Солдаты, охотно сбыв пленных с рук, расположились вокруг костра. Загородку расширили, но с прибытием новых рабов там едва можно было сесть. Теперь их стерегли люди Брутана, и невольники, пользуясь сменой режима, стали потихоньку переговариваться. «Где тебя взяли? Далеко удалось уйти?» — слышалось в темноте.

— Сальма, я боюсь, — прошептала Чи.

— Я тебя понимаю, — согласился он, сжав ее руку. — Главное — не терять спокойствия. Будь спокойна и жди.

Она попыталась успокоиться, но это было так же, как с медитацией — ей просто не удавалось сосредоточиться.

— Откуда будешь? — устало спросил жукан рядом с ней.

— Нас взяли близ Геллерона.

— Я не о том. Раз ты здесь, значит, сбежала откуда-то? Далеко ли ушла?

— Со мной это впервые. Раньше я никогда не была… рабыней.

Жукан, похожий на исхудавшего Стенвольда, понимающе кивнул.

— Жалко мне тебя, девочка.

— А других что, не жалко?

Жукан покачал головой, и разговор продолжил его желтый, высоколобый, неопределенной расы сосед:

— Мы-то беглые. За побег в Империи полагается суровая кара, а ты попала к нам без всякой вины — потому мы тебя и жалеем.

— Вы тоже не виноваты. Нельзя осуждать раба за то, что он хочет освободиться.

— Очень даже можно. Нас и не за то судят.

Чи попыталась рассмотреть в темноте лицо человека, в которого, видимо, долго вбивали эту покорность.

— Я никогда не буду рабыней — по крайней мере вот здесь, — упрямо заявила она, постучав себя по лбу. — Что бы со мной ни делали. — Оглядев тех, кто был к ней ближе всего, Чи обратилась к меднокожей муравинке: — Все муравины, насколько я знаю, воины — что думаешь на этот счет ты?

— Я участвовала в Майнесском восстании, — ответила женщина. — Мы держались две недели, пока их армия не вернулась с фронта. Они распяли на городских стенах четыреста человек, не только повстанцев — всех, кто попадался им под руку. Угнали в рабство сотни наших детей. Заклеймили всех, кто воевал против них. Я бежала и была поймана. Я больше не воин, но меня все равно казнят на глазах всего города.

— Почему бы тогда не попытаться бежать еще раз? Что вам терять?

— Ты не понимаешь, — безжизненно проронила женщина.

Человек неопределенной расы предостерегающе зашипел: мимо ограды шел один из охотников за рабами. Когда он удалился, высоколобый сказал Чи:

— Завтра ты — если доживешь — узнаешь, что такое рабская доля.

— Если доживу? Мы, жуканы, очень выносливы — ты разве не слышал?

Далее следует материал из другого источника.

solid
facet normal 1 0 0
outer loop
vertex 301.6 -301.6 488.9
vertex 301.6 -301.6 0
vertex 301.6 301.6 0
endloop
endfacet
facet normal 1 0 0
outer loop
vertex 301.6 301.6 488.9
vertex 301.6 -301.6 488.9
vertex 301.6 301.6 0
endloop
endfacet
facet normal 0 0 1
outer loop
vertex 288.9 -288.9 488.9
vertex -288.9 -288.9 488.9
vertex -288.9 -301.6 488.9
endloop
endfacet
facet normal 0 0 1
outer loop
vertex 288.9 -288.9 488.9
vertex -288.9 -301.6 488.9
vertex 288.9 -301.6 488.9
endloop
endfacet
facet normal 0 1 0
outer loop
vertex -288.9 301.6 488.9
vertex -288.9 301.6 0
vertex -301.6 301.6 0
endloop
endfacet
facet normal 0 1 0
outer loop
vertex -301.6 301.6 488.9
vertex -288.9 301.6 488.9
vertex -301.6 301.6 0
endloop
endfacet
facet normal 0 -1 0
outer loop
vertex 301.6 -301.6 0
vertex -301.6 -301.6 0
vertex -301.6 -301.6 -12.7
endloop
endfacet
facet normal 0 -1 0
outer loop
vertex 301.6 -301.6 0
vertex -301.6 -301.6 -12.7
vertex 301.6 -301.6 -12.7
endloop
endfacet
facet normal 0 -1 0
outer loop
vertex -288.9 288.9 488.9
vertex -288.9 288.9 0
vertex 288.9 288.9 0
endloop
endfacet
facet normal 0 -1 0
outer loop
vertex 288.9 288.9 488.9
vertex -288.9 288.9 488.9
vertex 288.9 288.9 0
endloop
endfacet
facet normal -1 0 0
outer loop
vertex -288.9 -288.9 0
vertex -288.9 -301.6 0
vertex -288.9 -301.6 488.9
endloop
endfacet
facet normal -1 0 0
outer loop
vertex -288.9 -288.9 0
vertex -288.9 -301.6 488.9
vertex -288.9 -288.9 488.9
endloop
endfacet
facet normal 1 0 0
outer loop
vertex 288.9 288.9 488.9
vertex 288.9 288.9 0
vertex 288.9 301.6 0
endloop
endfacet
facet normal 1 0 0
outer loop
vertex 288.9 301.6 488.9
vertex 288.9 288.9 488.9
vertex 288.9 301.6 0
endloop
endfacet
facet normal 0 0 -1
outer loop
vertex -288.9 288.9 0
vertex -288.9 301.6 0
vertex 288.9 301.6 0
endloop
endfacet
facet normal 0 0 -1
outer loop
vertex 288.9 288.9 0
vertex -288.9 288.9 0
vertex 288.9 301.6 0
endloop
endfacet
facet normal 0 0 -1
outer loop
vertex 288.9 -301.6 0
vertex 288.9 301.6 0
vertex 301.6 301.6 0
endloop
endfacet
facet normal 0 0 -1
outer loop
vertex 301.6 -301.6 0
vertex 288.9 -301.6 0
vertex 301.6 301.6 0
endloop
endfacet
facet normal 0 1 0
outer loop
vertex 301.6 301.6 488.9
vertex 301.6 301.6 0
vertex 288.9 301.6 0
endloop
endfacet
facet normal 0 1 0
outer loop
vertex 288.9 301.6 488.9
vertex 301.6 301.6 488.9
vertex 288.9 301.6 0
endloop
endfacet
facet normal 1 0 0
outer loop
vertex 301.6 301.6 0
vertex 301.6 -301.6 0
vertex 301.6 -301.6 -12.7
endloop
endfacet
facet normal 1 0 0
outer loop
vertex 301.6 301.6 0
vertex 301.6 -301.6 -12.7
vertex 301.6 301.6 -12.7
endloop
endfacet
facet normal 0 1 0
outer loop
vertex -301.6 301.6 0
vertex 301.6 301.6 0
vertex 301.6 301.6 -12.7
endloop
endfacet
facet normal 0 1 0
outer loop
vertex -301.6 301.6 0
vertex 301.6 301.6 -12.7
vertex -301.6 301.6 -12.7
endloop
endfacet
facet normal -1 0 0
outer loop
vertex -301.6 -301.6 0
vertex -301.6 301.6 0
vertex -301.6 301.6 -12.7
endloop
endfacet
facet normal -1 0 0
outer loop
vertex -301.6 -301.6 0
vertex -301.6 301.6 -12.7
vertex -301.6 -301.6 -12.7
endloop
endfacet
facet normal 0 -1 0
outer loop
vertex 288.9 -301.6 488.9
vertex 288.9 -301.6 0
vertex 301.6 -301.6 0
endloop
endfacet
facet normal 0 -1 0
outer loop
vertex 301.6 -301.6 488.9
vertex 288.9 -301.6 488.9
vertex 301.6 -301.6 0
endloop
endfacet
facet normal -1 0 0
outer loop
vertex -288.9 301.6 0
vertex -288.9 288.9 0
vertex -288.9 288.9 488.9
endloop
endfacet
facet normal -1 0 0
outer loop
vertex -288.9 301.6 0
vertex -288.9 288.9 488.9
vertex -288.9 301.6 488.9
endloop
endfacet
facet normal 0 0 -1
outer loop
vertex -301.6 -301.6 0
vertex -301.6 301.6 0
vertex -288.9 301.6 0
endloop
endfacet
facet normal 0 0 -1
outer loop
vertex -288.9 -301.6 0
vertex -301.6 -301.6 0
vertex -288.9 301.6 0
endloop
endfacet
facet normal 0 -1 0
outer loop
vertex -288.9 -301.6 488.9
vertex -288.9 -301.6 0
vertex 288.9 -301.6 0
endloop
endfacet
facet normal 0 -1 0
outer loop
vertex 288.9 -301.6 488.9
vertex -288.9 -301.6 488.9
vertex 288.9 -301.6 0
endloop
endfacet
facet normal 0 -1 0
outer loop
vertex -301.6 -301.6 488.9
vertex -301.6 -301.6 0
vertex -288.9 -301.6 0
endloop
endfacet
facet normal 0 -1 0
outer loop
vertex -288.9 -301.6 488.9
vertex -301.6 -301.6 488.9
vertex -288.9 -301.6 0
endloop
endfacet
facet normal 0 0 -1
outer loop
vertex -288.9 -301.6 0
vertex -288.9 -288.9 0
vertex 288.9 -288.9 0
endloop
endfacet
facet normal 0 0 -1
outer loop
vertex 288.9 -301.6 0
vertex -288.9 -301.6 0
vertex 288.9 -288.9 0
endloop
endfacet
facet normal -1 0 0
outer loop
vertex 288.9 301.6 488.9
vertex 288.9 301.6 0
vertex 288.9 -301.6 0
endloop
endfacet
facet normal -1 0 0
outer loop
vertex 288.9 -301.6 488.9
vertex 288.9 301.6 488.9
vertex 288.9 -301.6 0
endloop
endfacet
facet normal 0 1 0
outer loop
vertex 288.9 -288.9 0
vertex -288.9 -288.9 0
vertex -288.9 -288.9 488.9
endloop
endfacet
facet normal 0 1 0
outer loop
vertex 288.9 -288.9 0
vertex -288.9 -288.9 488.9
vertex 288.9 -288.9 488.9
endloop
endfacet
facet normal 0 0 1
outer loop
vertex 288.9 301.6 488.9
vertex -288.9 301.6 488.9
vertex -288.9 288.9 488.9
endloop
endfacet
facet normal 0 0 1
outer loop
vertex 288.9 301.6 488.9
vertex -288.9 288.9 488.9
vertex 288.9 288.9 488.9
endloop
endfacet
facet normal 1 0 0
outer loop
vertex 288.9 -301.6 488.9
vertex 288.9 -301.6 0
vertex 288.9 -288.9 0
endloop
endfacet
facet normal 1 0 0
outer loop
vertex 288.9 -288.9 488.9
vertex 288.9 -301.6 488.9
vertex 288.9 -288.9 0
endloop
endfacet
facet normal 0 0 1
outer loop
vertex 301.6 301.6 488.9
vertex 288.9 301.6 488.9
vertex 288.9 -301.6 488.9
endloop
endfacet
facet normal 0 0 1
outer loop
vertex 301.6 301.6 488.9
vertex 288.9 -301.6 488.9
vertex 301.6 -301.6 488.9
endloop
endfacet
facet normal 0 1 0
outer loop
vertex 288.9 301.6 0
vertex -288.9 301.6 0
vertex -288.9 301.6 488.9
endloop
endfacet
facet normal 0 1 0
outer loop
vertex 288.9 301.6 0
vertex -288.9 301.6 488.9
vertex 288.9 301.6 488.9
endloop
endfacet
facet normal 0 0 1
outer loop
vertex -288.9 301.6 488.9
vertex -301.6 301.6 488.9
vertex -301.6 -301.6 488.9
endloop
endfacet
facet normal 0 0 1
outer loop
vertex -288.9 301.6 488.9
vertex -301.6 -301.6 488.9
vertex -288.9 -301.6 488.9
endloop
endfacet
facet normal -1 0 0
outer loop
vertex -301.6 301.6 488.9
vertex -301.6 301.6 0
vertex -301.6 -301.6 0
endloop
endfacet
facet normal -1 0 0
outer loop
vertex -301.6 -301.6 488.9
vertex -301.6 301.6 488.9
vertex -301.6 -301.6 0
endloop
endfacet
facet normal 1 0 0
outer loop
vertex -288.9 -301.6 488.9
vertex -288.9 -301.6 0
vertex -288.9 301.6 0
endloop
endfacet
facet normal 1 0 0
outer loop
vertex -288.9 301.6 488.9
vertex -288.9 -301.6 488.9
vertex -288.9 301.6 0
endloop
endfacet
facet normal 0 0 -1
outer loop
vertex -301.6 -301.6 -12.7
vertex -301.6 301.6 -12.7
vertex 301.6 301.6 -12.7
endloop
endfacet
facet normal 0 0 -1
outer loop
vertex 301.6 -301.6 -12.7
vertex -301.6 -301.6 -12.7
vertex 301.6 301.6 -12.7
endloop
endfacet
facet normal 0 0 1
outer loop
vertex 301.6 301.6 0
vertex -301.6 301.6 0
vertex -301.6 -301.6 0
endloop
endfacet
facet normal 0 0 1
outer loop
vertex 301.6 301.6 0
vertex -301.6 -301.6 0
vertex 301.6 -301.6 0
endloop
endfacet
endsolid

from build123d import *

# Parameters (mm, degrees)
F0_W     = 577.8
F0_H     = 577.8
F0_H_2   = 12.7
F1_DEPTH = 12.7
F2_DEPTH = 488.9
F3_DEPTH = 488.9
F4_DEPTH = 488.9
F5_DEPTH = 488.9


with BuildPart() as f1:
    # F0 (on Top) → F1 (new body)
    with BuildSketch(Plane.XY):
        Rectangle(F0_W, F0_H)
        Polygon((-288.9, -288.9), (-288.9, 288.9), (-288.9, 301.6), (-301.6, 301.6), (-301.6, -301.6), (-288.9, -301.6), align=None)
        with Locations((0, 295.25)):
            Rectangle(F0_W, F0_H_2)
        Polygon((288.9, 301.6), (288.9, 288.9), (288.9, -288.9), (288.9, -301.6), (301.6, -301.6), (301.6, 301.6), align=None)
        with Locations((0, -295.25)):
            Rectangle(F0_W, F0_H_2)
    extrude(amount=-F1_DEPTH)


with BuildPart() as f2:
    # F0 (on Top) → F2 (new body)
    with BuildSketch(Plane.XY):
        with Locations((0, 295.25)):
            Rectangle(F0_W, F0_H_2)
    extrude(amount=F2_DEPTH)


with BuildPart() as f3:
    # F0 (on Top) → F3 (new body)
    with BuildSketch(Plane.XY):
        Polygon((-288.9, -288.9), (-288.9, 288.9), (-288.9, 301.6), (-301.6, 301.6), (-301.6, -301.6), (-288.9, -301.6), align=None)
    extrude(amount=F3_DEPTH)


with BuildPart() as f4:
    # F0 (on Top) → F4 (new body)
    with BuildSketch(Plane.XY):
        Polygon((288.9, 301.6), (288.9, 288.9), (288.9, -288.9), (288.9, -301.6), (301.6, -301.6), (301.6, 301.6), align=None)
    extrude(amount=F4_DEPTH)


with BuildPart() as f5:
    # F0 (on Top) → F5 (new body)
    with BuildSketch(Plane.XY):
        with Locations((0, -295.25)):
            Rectangle(F0_W, F0_H_2)
    extrude(amount=F5_DEPTH)


solid = Compound([f1.part, f2.part, f3.part, f4.part, f5.part])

— Завтра кто-то из нас определенно умрет, — объяснил раб. — Таков имперский порядок.

* * *

Многие рабы по давней привычке проснулись с первыми проблесками рассвета. Щелканье бичей служило побудкой тем, кто еще спал — если и это не помогало, бич опускался.

Сальма растолкал Чи, избавив ее от применения этого средства. Невольников опять связали в одну вереницу. Побег не представлялся возможным: слишком много надсмотрщиков стояло вокруг. Будь Сальма один, он еще попытался бы выхватить у кого-то нож, перерезать веревку и взвиться в воздух, но с ним была Чи.

Княжич Сальма всегда относился к жизни легко, избегая ответственности за что бы то ни было. У себя на родине он играл в придворные игры, волочился за дамами, фехтовал с приятелями. Даже войну, опустошавшую восточные княжества, он принимал не слишком всерьез.

Потом его послали в Коллегиум, где он стал учеником Стенвольда. Но и там Империя привлекала его внимание лишь изредка, в промежутках между занятиями и случайными связями. Осоиды, будучи, конечно, его врагами, существовали где-то далеко от него.